What is being asked
Produce the records below again, word for word, but stop after the line that contains "#280=ORIENTED_EDGE('',*,*,#102,.T.);".

Material provided
Segment Open
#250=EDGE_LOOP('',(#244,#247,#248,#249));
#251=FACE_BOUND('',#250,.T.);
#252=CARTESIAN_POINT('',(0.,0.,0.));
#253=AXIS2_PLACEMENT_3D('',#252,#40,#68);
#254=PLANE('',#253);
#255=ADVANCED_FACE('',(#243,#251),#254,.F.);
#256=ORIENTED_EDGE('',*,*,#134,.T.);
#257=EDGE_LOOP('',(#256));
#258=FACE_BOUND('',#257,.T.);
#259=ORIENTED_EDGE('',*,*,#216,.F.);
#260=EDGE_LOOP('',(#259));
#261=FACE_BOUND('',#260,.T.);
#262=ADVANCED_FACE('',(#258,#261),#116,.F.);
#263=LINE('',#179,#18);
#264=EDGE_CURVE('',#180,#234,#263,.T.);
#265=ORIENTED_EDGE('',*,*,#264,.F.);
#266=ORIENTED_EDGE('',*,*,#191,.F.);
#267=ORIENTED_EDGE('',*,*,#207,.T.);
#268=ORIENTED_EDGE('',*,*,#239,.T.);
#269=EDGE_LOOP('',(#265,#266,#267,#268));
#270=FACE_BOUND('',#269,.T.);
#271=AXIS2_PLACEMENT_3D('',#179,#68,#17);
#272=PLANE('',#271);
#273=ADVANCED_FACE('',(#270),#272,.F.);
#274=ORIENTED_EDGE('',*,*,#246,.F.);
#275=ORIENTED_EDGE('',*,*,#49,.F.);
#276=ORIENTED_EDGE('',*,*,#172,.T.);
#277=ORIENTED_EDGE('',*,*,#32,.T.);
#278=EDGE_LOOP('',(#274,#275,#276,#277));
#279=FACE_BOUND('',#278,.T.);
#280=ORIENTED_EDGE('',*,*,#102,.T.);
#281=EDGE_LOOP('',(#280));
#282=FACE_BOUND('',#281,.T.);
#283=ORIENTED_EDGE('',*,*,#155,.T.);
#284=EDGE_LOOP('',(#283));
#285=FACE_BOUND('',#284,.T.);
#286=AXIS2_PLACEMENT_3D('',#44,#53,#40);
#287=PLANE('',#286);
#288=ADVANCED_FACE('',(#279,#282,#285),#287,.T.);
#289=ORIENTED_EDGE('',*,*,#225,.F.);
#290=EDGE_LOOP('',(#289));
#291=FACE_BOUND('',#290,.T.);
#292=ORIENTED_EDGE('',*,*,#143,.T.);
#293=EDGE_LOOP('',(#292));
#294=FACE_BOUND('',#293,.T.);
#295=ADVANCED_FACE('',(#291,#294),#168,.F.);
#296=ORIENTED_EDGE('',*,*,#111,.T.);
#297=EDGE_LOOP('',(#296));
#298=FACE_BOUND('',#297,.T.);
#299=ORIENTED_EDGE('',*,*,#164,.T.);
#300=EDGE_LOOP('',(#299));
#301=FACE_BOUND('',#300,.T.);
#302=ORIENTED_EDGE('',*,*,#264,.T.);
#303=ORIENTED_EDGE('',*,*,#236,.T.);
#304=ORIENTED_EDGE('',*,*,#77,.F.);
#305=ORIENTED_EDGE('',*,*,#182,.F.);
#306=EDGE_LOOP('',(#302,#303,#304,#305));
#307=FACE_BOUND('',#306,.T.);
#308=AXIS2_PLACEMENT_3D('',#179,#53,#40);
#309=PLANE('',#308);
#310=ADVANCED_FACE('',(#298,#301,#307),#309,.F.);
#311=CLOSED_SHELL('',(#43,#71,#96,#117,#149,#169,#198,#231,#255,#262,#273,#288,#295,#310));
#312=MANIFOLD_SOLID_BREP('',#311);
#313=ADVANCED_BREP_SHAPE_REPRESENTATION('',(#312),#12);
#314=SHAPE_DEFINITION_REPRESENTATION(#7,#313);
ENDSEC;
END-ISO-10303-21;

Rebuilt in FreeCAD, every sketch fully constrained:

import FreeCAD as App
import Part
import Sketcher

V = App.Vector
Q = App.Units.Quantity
Segment Closed
Result of the exercise
#250=EDGE_LOOP('',(#244,#247,#248,#249));
#251=FACE_BOUND('',#250,.T.);
#252=CARTESIAN_POINT('',(0.,0.,0.));
#253=AXIS2_PLACEMENT_3D('',#252,#40,#68);
#254=PLANE('',#253);
#255=ADVANCED_FACE('',(#243,#251),#254,.F.);
#256=ORIENTED_EDGE('',*,*,#134,.T.);
#257=EDGE_LOOP('',(#256));
#258=FACE_BOUND('',#257,.T.);
#259=ORIENTED_EDGE('',*,*,#216,.F.);
#260=EDGE_LOOP('',(#259));
#261=FACE_BOUND('',#260,.T.);
#262=ADVANCED_FACE('',(#258,#261),#116,.F.);
#263=LINE('',#179,#18);
#264=EDGE_CURVE('',#180,#234,#263,.T.);
#265=ORIENTED_EDGE('',*,*,#264,.F.);
#266=ORIENTED_EDGE('',*,*,#191,.F.);
#267=ORIENTED_EDGE('',*,*,#207,.T.);
#268=ORIENTED_EDGE('',*,*,#239,.T.);
#269=EDGE_LOOP('',(#265,#266,#267,#268));
#270=FACE_BOUND('',#269,.T.);
#271=AXIS2_PLACEMENT_3D('',#179,#68,#17);
#272=PLANE('',#271);
#273=ADVANCED_FACE('',(#270),#272,.F.);
#274=ORIENTED_EDGE('',*,*,#246,.F.);
#275=ORIENTED_EDGE('',*,*,#49,.F.);
#276=ORIENTED_EDGE('',*,*,#172,.T.);
#277=ORIENTED_EDGE('',*,*,#32,.T.);
#278=EDGE_LOOP('',(#274,#275,#276,#277));
#279=FACE_BOUND('',#278,.T.);
#280=ORIENTED_EDGE('',*,*,#102,.T.);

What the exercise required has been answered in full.